At last the weather seems to be improving and not before time!

So much rain this spring! Trouble is, it isn’t just the rain, it’s the poor light that goes with it. Young plants struggle to grow. Nature though is wonderful thing and as we approach the longest day of the year the improving light now will soon push along young plants growth!


Let’s take look at the various parts of the garden and look at our work schedule for June!

The Lawn in June


Make sure your lawns are kept moist in dry weather. This is particularly important for newly sown lawns or those freshly laid with turves.


If you are troubled with broad leaved weeds, then use a liquid weed killer for treating a moist lawn.


Grass clippings from mowing can be composted if you have not used a weed killer.

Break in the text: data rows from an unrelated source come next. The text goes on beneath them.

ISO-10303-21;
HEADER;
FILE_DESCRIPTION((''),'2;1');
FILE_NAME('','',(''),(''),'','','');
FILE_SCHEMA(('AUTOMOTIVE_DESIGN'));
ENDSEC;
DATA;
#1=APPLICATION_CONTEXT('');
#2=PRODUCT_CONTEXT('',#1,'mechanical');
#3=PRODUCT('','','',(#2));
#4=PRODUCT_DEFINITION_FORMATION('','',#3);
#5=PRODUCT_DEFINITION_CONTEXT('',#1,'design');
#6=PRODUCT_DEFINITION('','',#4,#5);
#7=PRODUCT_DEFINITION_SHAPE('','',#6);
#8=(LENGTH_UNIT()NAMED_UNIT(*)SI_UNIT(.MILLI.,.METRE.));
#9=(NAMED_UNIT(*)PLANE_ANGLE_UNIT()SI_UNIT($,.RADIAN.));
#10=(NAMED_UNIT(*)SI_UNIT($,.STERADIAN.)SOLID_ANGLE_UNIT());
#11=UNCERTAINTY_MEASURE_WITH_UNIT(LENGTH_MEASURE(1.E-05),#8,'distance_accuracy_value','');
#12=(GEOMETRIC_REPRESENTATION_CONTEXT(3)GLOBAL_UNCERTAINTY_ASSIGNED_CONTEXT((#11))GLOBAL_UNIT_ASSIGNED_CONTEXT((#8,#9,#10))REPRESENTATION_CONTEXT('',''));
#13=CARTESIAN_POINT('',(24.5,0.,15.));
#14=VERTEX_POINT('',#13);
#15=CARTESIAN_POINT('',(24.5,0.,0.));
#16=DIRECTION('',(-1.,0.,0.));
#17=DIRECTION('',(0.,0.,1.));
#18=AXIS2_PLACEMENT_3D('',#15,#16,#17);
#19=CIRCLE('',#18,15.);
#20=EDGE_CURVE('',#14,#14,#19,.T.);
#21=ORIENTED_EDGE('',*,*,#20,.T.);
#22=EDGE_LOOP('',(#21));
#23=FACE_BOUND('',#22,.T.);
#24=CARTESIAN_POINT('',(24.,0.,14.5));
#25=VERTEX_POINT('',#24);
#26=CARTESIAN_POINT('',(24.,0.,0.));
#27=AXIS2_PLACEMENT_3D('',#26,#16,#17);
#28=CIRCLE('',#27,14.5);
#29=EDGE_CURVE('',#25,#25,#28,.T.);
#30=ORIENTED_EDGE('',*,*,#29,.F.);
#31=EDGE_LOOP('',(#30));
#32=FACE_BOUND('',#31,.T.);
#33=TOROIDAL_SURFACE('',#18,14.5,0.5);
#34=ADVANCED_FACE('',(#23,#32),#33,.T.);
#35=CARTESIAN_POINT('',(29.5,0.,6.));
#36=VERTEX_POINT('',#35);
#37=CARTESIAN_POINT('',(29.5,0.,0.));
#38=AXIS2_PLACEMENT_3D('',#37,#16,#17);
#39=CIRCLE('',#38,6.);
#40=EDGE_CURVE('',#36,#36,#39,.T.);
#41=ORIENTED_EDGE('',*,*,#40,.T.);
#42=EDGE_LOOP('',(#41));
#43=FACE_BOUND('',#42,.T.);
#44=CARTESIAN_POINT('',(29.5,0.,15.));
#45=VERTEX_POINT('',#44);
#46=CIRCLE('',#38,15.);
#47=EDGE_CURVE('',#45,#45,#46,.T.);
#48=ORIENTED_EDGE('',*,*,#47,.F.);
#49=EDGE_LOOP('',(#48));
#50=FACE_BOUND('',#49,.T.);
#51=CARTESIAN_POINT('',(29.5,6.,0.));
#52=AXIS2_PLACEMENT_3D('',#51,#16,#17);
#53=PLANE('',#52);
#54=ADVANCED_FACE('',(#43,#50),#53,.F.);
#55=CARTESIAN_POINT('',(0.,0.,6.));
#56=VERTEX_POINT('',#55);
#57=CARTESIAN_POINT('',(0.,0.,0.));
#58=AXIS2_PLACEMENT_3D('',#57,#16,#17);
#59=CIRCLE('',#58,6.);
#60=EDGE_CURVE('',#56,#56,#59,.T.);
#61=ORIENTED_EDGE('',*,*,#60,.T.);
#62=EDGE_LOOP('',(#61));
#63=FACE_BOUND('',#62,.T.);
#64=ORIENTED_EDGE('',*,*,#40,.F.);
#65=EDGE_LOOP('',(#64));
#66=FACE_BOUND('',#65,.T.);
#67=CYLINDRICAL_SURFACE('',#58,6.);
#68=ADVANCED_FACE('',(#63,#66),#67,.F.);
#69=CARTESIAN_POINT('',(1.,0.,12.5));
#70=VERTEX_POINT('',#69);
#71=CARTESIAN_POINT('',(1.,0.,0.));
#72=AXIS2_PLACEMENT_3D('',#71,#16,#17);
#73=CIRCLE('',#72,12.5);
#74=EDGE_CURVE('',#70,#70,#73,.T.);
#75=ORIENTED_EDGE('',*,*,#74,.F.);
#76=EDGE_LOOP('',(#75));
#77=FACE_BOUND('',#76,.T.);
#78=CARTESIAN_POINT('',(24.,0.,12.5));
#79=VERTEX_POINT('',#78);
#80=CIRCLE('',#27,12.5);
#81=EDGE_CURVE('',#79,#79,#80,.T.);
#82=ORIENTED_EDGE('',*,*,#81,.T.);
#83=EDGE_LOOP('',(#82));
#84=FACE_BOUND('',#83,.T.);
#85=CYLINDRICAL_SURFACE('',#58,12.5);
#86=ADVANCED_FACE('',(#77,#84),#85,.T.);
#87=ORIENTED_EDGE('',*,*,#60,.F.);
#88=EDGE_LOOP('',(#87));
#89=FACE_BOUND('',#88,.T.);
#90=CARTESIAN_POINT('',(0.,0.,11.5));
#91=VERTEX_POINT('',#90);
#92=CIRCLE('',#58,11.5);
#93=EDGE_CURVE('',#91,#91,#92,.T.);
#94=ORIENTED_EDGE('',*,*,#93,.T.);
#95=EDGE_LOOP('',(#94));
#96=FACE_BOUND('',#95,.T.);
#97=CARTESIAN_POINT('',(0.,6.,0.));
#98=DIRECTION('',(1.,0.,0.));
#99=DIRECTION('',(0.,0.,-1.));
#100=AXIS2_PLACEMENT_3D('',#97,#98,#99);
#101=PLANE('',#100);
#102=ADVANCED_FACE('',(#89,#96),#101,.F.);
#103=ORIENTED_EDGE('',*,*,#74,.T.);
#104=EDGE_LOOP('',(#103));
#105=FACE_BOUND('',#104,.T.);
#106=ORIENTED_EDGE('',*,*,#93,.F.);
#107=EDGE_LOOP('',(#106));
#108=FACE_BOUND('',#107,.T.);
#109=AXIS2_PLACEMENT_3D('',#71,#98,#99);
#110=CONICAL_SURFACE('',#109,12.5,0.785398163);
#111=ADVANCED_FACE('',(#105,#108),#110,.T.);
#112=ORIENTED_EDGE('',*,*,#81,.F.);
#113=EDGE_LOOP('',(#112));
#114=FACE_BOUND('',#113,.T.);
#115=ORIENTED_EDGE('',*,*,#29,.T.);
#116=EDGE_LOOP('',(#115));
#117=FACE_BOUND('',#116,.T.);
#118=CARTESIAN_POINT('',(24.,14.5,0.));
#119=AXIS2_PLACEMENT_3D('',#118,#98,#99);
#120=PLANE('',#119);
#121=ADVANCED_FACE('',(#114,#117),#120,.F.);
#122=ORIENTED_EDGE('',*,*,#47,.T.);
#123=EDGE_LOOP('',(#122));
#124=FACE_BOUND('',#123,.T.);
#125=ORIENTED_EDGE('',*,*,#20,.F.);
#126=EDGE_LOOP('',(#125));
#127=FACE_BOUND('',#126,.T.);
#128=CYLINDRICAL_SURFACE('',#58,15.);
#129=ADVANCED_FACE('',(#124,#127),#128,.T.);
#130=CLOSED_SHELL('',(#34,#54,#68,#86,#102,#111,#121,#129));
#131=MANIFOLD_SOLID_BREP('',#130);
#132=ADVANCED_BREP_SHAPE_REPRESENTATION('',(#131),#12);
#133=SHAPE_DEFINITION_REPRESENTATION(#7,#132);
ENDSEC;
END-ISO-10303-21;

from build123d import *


with BuildPart() as part:
    # Esquisse1 → Révolution1 (revolve)
    with BuildSketch(Plane.XY, mode=Mode.PRIVATE) as r_volution1_sk:
        with BuildLine():
            Line((0, 6), (29.5, 6))
            Line((29.5, 6), (29.5, 15))
            Line((29.5, 15), (24.5, 15))
            ThreePointArc((24.5, 15), (24.146446609, 14.853553391), (24, 14.5))
            Line((24, 14.5), (24, 12.5))
            Line((24, 12.5), (1, 12.5))
            Line((1, 12.5), (0, 11.5))
            Line((0, 11.5), (0, 6))
        make_face()
    revolve(r_volution1_sk.sketch.rotate(Axis((0, 0, 0), (1, 0, 0)), 90), axis=Axis((0, 0, 0), (1, 0, 0)))  # turned: the seam where the file's is


solid = part.part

If you have not already done so, apply a general lawn fertilizer and water in.




The Flower Garden


Now’s the time to plant your annual bedding plants, but if you have grown them in your greenhouse, make sure you have hardened them off to cold nights before planting.


Use bedding plants in borders, baskets and other containers.


Use a good quality slow-release fertilizer to maintain plant growth.


It’s a busy time for planting annuals to flower this summer, but don’t forget it’s also time to be sowing biennials such as pansies, delphiniums and hollyhocks together with perennials like paeony, coreopsis and phlox.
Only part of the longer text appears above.